# Test de vitesse avec iPad 2



## AppleSpirit (17 Février 2012)

Bonjour les tests de vitesse de bande passante effectués avec mon iPad 2 donnent des résultats inférieurs à ceux effectués depuis mon Pc. Est-ce normal ? Est ce que le récepteur wifi du iPad est moins puissant que celui d'un l'autop ? Enfin dernière question, est-ce que le haut débit est réellement important sur un iPad ou est ce que par exemple un débit de 10'000 kbps est amplement suffisant pour une utilisation iPad ?


----------



## Lefenmac (17 Février 2012)

Non c'est pas normal tu devrais leur faire une lettre et intenter un procès....


----------



## AppleSpirit (17 Février 2012)

Un modérateur pourrait intervenir contre les trolls svp ?


----------



## daffyb (17 Février 2012)

AppleSpirit a dit:


> Un modérateur pourrait intervenir contre les trolls svp ?

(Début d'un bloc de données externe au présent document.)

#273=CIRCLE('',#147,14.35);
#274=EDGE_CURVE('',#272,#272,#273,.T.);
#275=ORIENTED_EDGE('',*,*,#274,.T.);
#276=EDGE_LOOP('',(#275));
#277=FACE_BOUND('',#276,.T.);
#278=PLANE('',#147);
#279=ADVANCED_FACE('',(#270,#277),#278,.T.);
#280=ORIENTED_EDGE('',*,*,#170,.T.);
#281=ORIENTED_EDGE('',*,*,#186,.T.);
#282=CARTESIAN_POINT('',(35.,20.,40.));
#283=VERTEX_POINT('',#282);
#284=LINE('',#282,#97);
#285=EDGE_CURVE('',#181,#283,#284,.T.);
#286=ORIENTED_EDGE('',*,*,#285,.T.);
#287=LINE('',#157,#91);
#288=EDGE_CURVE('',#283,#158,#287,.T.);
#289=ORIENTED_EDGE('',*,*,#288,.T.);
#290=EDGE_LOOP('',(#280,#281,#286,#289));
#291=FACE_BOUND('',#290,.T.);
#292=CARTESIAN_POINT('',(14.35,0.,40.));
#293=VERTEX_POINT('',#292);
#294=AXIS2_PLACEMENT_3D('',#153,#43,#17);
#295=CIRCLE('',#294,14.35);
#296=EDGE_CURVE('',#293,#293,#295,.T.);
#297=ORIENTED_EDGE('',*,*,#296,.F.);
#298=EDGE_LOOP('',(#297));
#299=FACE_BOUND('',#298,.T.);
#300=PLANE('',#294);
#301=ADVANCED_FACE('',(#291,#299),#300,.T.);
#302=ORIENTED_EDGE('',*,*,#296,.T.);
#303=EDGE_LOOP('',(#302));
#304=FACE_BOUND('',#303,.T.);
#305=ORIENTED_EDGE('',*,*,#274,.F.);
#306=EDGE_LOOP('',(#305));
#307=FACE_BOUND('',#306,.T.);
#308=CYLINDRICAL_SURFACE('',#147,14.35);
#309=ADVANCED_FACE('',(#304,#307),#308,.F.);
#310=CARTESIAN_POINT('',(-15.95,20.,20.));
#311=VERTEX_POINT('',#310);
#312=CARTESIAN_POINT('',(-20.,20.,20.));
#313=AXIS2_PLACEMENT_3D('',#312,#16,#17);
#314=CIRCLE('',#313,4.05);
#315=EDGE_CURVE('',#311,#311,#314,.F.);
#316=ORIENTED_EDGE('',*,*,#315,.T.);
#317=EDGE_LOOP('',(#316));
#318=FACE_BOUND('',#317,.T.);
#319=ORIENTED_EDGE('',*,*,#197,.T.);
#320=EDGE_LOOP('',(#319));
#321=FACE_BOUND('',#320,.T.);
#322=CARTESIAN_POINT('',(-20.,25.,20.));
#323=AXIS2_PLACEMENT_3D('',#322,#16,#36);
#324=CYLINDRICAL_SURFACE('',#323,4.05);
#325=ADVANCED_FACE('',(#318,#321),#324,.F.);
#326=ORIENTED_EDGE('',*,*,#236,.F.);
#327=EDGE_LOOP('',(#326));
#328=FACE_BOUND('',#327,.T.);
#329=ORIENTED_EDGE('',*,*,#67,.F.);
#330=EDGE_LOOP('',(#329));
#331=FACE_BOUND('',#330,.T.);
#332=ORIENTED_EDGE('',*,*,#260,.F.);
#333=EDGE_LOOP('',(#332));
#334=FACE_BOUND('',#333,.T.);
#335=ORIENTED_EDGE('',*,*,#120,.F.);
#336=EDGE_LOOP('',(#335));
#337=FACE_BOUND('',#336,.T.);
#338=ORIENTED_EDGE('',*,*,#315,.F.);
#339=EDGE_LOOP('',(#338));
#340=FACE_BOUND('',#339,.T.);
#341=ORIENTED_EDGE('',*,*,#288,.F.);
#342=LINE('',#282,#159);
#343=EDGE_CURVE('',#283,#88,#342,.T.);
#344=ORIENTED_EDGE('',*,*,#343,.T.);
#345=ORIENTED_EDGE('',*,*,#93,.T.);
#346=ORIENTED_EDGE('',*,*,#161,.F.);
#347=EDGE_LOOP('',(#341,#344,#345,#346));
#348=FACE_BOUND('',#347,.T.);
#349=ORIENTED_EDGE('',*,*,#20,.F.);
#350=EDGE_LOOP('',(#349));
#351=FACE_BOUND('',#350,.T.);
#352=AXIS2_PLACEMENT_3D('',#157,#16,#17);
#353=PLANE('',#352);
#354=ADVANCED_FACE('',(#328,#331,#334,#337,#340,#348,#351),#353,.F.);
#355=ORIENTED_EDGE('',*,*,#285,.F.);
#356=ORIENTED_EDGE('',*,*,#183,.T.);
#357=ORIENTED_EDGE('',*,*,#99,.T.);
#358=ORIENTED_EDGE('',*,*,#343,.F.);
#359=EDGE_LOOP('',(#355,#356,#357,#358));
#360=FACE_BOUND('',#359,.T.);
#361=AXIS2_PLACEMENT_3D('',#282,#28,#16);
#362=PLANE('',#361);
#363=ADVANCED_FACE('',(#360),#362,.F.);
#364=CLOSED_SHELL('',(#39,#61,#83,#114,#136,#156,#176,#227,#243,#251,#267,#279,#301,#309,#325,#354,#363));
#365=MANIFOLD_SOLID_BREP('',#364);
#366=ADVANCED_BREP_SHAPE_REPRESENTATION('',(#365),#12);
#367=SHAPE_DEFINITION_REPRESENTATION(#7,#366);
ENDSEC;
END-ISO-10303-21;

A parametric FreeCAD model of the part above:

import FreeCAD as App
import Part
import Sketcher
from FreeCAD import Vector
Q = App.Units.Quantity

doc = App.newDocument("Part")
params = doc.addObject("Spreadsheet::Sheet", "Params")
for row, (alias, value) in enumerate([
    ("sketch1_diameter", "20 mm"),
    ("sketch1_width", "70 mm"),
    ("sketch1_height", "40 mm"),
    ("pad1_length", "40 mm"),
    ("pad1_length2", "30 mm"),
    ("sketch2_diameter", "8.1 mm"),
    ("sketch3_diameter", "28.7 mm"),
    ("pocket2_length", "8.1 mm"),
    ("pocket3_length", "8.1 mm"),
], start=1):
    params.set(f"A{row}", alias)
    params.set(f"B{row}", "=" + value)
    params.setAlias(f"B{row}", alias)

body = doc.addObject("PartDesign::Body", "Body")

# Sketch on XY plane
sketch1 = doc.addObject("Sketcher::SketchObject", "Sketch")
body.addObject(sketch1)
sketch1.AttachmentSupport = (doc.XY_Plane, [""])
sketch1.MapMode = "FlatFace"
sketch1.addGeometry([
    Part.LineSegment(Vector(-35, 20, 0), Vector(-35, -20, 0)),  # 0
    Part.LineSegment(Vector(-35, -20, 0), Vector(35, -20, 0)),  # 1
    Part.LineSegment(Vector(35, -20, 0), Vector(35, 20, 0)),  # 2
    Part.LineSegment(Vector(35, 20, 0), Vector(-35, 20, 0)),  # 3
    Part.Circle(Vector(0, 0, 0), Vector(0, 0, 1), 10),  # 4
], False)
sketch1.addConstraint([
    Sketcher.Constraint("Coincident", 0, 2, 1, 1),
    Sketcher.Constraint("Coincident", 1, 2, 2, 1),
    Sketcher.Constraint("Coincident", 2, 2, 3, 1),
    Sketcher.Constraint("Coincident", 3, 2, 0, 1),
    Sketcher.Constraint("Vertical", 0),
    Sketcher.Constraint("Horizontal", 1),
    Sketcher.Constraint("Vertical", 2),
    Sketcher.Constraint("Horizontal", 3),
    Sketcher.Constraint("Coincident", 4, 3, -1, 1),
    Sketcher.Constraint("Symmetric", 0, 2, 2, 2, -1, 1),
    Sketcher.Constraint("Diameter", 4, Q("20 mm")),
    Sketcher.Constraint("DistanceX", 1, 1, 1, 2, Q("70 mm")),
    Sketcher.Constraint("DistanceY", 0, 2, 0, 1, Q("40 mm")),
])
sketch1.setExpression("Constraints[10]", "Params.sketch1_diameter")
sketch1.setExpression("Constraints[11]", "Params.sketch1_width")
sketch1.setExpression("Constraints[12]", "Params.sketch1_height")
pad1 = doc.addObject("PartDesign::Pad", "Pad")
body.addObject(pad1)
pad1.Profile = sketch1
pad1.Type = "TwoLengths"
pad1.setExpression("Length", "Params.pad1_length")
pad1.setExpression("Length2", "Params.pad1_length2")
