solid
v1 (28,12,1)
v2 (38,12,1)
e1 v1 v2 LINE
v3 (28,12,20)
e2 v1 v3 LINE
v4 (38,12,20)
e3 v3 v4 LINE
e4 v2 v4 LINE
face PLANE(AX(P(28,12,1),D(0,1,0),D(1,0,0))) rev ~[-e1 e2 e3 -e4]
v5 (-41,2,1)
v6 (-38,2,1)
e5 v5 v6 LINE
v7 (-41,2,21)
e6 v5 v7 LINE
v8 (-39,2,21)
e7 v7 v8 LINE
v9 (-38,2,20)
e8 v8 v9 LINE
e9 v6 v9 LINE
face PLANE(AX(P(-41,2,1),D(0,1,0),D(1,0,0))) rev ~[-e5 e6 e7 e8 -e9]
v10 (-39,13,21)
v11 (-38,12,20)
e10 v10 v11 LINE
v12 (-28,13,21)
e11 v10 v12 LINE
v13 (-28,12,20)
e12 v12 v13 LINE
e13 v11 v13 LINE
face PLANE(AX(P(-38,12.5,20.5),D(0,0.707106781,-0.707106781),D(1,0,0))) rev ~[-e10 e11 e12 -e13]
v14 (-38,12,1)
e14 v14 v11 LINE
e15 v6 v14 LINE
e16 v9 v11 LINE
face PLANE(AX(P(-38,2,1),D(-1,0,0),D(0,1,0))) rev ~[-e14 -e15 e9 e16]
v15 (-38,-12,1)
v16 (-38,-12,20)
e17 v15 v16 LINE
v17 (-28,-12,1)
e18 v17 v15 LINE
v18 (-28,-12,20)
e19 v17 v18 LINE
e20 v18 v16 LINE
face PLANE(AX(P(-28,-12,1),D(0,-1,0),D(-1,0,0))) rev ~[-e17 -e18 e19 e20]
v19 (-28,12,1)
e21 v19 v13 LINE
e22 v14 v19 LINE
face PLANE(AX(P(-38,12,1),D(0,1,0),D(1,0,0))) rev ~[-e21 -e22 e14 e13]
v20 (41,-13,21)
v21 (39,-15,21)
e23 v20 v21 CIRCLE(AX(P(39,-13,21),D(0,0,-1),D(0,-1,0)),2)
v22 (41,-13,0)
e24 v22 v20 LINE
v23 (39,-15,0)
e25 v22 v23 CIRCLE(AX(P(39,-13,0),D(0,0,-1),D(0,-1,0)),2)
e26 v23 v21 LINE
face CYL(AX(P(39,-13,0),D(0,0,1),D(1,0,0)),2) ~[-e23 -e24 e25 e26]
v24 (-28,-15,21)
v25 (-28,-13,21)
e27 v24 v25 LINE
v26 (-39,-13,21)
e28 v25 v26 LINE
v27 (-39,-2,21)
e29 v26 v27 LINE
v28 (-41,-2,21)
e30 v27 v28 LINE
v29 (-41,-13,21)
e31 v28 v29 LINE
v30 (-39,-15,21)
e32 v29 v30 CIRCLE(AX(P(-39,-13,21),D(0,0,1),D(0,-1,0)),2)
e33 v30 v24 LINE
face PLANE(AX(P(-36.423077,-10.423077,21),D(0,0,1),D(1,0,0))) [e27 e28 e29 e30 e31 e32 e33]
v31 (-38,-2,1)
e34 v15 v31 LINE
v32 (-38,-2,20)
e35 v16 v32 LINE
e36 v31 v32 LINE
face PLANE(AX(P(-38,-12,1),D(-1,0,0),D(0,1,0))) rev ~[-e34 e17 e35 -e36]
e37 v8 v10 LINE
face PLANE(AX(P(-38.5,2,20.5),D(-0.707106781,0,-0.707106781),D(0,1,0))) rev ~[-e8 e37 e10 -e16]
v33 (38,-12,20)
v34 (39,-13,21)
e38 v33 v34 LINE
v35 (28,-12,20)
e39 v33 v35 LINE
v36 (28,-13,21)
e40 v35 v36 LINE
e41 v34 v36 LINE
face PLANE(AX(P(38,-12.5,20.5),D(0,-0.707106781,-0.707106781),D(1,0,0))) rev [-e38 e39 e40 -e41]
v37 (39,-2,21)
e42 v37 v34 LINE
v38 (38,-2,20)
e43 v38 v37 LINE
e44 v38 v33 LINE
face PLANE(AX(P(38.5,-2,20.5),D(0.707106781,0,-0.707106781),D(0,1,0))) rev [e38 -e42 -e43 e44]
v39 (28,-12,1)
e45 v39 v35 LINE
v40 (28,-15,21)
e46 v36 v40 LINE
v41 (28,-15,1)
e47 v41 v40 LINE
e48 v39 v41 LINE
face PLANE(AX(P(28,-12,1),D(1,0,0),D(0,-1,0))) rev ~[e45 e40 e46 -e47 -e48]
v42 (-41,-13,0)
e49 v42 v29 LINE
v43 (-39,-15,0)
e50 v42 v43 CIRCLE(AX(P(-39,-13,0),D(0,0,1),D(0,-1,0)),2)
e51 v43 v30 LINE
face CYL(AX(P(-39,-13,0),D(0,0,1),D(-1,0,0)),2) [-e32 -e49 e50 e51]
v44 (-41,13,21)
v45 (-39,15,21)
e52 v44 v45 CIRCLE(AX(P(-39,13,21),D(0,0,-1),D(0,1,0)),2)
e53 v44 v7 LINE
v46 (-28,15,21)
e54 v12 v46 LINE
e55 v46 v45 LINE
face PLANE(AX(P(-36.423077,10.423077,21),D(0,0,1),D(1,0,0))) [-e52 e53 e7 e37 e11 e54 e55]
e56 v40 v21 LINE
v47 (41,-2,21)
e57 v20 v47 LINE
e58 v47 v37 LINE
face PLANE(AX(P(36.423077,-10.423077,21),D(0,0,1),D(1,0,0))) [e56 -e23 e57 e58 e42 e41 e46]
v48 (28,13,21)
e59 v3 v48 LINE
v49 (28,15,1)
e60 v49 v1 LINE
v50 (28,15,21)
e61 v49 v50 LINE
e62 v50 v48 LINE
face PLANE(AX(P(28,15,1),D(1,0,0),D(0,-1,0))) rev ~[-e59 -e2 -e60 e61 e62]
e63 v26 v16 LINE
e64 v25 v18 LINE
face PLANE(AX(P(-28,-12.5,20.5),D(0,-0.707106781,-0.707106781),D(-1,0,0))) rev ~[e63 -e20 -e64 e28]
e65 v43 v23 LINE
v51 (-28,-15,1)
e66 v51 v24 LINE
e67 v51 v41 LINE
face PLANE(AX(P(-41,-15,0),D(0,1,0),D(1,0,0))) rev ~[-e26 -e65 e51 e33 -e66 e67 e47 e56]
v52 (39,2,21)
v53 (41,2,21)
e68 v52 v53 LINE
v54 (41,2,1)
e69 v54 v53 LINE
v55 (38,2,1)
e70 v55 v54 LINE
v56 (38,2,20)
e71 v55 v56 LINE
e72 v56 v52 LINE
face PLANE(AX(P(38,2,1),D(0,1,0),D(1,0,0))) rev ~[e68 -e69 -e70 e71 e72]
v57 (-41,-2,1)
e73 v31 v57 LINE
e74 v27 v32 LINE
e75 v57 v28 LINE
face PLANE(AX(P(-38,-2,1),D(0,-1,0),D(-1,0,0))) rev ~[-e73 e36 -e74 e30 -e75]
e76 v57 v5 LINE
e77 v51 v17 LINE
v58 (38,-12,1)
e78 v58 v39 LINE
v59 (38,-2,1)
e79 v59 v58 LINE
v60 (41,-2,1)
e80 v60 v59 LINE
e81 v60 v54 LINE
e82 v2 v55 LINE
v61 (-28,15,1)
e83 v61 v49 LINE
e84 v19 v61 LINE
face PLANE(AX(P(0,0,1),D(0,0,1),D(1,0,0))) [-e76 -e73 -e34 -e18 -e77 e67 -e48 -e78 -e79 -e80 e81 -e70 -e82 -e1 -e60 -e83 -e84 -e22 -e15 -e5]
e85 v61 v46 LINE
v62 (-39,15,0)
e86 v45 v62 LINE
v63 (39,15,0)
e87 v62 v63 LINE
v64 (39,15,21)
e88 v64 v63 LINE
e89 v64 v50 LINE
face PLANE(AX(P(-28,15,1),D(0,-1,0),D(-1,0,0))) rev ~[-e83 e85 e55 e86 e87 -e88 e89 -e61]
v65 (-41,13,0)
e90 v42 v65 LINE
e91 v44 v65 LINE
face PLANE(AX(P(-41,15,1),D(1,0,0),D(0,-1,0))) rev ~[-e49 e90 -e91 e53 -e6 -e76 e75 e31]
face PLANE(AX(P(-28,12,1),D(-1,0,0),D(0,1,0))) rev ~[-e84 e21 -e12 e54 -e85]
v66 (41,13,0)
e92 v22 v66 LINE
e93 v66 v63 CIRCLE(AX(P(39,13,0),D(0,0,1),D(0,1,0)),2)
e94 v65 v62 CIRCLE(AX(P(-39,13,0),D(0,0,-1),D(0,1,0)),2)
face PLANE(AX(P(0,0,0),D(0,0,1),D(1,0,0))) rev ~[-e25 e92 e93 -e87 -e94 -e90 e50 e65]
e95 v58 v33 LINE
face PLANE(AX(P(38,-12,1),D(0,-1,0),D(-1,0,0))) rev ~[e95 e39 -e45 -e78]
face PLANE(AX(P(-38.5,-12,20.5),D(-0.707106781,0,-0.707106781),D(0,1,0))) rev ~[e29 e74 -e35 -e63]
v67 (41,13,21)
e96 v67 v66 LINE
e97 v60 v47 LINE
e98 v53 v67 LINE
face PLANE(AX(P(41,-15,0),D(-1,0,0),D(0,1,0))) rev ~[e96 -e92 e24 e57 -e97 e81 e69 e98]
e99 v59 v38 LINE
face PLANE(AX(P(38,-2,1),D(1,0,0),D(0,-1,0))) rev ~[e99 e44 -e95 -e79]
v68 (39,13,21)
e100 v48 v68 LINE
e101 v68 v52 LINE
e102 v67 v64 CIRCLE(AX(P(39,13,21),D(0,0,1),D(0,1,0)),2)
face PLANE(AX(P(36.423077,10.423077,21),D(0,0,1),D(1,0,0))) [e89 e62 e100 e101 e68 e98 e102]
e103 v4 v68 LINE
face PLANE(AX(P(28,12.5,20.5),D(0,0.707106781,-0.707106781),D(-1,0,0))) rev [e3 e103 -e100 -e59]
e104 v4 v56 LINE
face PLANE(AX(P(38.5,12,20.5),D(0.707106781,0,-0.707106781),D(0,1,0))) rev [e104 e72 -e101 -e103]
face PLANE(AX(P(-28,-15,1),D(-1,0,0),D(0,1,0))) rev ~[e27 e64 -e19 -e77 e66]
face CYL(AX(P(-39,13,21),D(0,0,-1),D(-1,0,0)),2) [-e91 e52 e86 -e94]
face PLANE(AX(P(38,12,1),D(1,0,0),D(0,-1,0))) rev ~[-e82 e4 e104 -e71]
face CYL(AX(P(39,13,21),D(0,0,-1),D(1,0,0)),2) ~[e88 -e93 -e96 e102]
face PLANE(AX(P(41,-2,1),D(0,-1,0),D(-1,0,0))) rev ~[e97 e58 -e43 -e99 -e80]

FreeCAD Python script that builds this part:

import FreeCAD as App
import Part
import Sketcher

V = App.Vector
Q = App.Units.Quantity


def edges_at(feature, points):
    """Names of the edges that pass closest to the given points."""
    edges = feature.Shape.Edges
    near = lambda p: min(range(len(edges)), key=lambda i: edges[i].distToShape(Part.Vertex(*p))[0])
    return sorted({f"Edge{near(p) + 1}" for p in points})

doc = App.newDocument("Part")
body = doc.addObject("PartDesign::Body", "Body")

sketch1 = doc.addObject("Sketcher::SketchObject", "Sketch")
body.addObject(sketch1)
sketch1.AttachmentSupport = (doc.XY_Plane, [""])
sketch1.MapMode = "FlatFace"
sketch1.addGeometry([
    Part.LineSegment(V(-41, 15, 0), V(-41, -15, 0)),
    Part.LineSegment(V(-41, -15, 0), V(41, -15, 0)),
    Part.LineSegment(V(41, -15, 0), V(41, 15, 0)),
    Part.LineSegment(V(41, 15, 0), V(-41, 15, 0)),
], False)
sketch1.addConstraint([
    Sketcher.Constraint("Coincident", 0, 2, 1, 1),
    Sketcher.Constraint("Coincident", 1, 2, 2, 1),
    Sketcher.Constraint("Coincident", 2, 2, 3, 1),
    Sketcher.Constraint("Coincident", 3, 2, 0, 1),
    Sketcher.Constraint("Vertical", 0),
    Sketcher.Constraint("Horizontal", 1),
    Sketcher.Constraint("Vertical", 2),
    Sketcher.Constraint("Horizontal", 3),
    Sketcher.Constraint("Symmetric", 0, 2, 2, 2, -1, 1),
    Sketcher.Constraint("DistanceX", 1, 1, 1, 2, Q("82 mm")),
    Sketcher.Constraint("DistanceY", 0, 2, 0, 1, Q("30 mm")),
])
pad1 = doc.addObject("PartDesign::Pad", "Pad")
body.addObject(pad1)
pad1.Profile = sketch1
pad1.Length = 1

sketch2 = doc.addObject("Sketcher::SketchObject", "Sketch001")
body.addObject(sketch2)
sketch2.AttachmentSupport = (doc.XY_Plane, [""])
sketch2.MapMode = "FlatFace"
sketch2.AttachmentOffset = App.Placement(V(0, 0, 1), App.Rotation())
sketch2.addGeometry([
    Part.LineSegment(V(-41, 15, 0), V(-41, 2, 0)),
    Part.LineSegment(V(-41, 2, 0), V(-38, 2, 0)),
    Part.LineSegment(V(-38, 2, 0), V(-38, 12, 0)),
    Part.LineSegment(V(-38, 12, 0), V(-28, 12, 0)),
    Part.LineSegment(V(-28, 12, 0), V(-28, 15, 0)),
    Part.LineSegment(V(-28, 15, 0), V(-41, 15, 0)),
    Part.LineSegment(V(28, -12, 0), V(28, -15, 0)),
    Part.LineSegment(V(28, -15, 0), V(41, -15, 0)),
    Part.LineSegment(V(41, -15, 0), V(41, -2, 0)),
    Part.LineSegment(V(41, -2, 0), V(38, -2, 0)),
    Part.LineSegment(V(38, -2, 0), V(38, -12, 0)),
    Part.LineSegment(V(38, -12, 0), V(28, -12, 0)),
    Part.LineSegment(V(-41, -2, 0), V(-41, -15, 0)),
    Part.LineSegment(V(-41, -15, 0), V(-28, -15, 0)),
    Part.LineSegment(V(-28, -15, 0), V(-28, -12, 0)),
    Part.LineSegment(V(-28, -12, 0), V(-38, -12, 0)),
    Part.LineSegment(V(-38, -12, 0), V(-38, -2, 0)),
    Part.LineSegment(V(-38, -2, 0), V(-41, -2, 0)),
    Part.LineSegment(V(38, 2, 0), V(41, 2, 0)),
    Part.LineSegment(V(41, 2, 0), V(41, 15, 0)),
    Part.LineSegment(V(41, 15, 0), V(28, 15, 0)),
    Part.LineSegment(V(28, 15, 0), V(28, 12, 0)),
    Part.LineSegment(V(28, 12, 0), V(38, 12, 0)),
    Part.LineSegment(V(38, 12, 0), V(38, 2, 0)),
], False)
sketch2.addConstraint([
    Sketcher.Constraint("Coincident", 0, 2, 1, 1),
    Sketcher.Constraint("Coincident", 1, 2, 2, 1),
    Sketcher.Constraint("Coincident", 2, 2, 3, 1),
    Sketcher.Constraint("Coincident", 3, 2, 4, 1),
    Sketcher.Constraint("Coincident", 4, 2, 5, 1),
    Sketcher.Constraint("Coincident", 5, 2, 0, 1),
    Sketcher.Constraint("Coincident", 6, 2, 7, 1),
    Sketcher.Constraint("Coincident", 7, 2, 8, 1),
    Sketcher.Constraint("Coincident", 8, 2, 9, 1),
    Sketcher.Constraint("Coincident", 9, 2, 10, 1),
    Sketcher.Constraint("Coincident", 10, 2, 11, 1),
    Sketcher.Constraint("Coincident", 11, 2, 6, 1),
    Sketcher.Constraint("Coincident", 12, 2, 13, 1),
    Sketcher.Constraint("Coincident", 13, 2, 14, 1),
    Sketcher.Constraint("Coincident", 14, 2, 15, 1),
    Sketcher.Constraint("Coincident", 15, 2, 16, 1),
    Sketcher.Constraint("Coincident", 16, 2, 17, 1),
    Sketcher.Constraint("Coincident", 17, 2, 12, 1),
    Sketcher.Constraint("Coincident", 18, 2, 19, 1),
    Sketcher.Constraint("Coincident", 19, 2, 20, 1),
    Sketcher.Constraint("Coincident", 20, 2, 21, 1),
    Sketcher.Constraint("Coincident", 21, 2, 22, 1),
    Sketcher.Constraint("Coincident", 22, 2, 23, 1),
    Sketcher.Constraint("Coincident", 23, 2, 18, 1),
    Sketcher.Constraint("Vertical", 0),
    Sketcher.Constraint("Horizontal", 1),
    Sketcher.Constraint("Vertical", 2),
    Sketcher.Constraint("Horizontal", 3),
    Sketcher.Constraint("Vertical", 4),
    Sketcher.Constraint("Horizontal", 5),
    Sketcher.Constraint("Vertical", 6),
    Sketcher.Constraint("Horizontal", 7),
    Sketcher.Constraint("Vertical", 8),
    Sketcher.Constraint("Horizontal", 9),
    Sketcher.Constraint("Vertical", 10),
    Sketcher.Constraint("Horizontal", 11),
    Sketcher.Constraint("Vertical", 12),
    Sketcher.Constraint("Horizontal", 13),
    Sketcher.Constraint("Vertical", 14),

tu voudrais te faire bannir ? c'est ça ?


----------



## wath68 (17 Février 2012)

Je kiffe


----------



## AppleSpirit (17 Février 2012)

N'empêche que vous êtes apparemment incapables de répondre à ma question.


----------



## wath68 (17 Février 2012)

Peut-être que tu gaves tellement tout le monde ici que plus personne n'a envie de se prendre la tête à chercher des réponses pour toi.

C'est une supposition, hein


----------



## Cédric74 (17 Février 2012)

Je n'ai pas de pbm de vitesse avec mon Ipad. Je vais aussi vite avec que sans.


----------



## AppleSpirit (18 Février 2012)

@wath68 ptêt que ton avis balourd ne m'intéresse même pas.


----------



## daffyb (18 Février 2012)

AppleSpirit a dit:


> @wath68 ptêt que ton avis balourd ne m'intéresse même pas.


Peut être que ta présence lourde et inutile sur ce forum incommode la majorité des membres. Apparemment ça n'a même pas effleuré ton esprit limité.


----------



## Anonyme (18 Février 2012)

moi j'aime bien effleurer.


----------



## daffyb (18 Février 2012)

eseldorm a dit:


> moi j'aime bien effleurer.


----------



## wath68 (18 Février 2012)

AppleSpirit a dit:


> @wath68 ptêt que ton avis balourd ne m'intéresse même pas.


C'est un peu comme tes problèmes, tout le monde s'en fout.

13 réponses et pas une once de ... réponse.
Même pas un début de solution. Rien, nada.
C'est ballot.


----------



## AppleSpirit (18 Février 2012)

Si tu t'en fous des problèmes des gens ta place n'est point ici.


----------



## wath68 (18 Février 2012)

C'est clair, mais chut, je suis juste ici pour profiter des remises monstrueusement indécentes sur tout les achats pommés accordées aux modos.


----------



## AppleSpirit (18 Février 2012)

Et un geekspirit répond à toute question sans parcimonie. Apparemment il va de soi que ce qualificatif n'est point attribuable à n'importe qui ici.


----------



## wath68 (18 Février 2012)

Je te propose de cliquer sur ton pseudo puis sur "Trouver plus de message par AppleSpirit".

Tu verras que la plupart des fils que tu as ouvert sont verrouillés, et les autres sont partis en sucette.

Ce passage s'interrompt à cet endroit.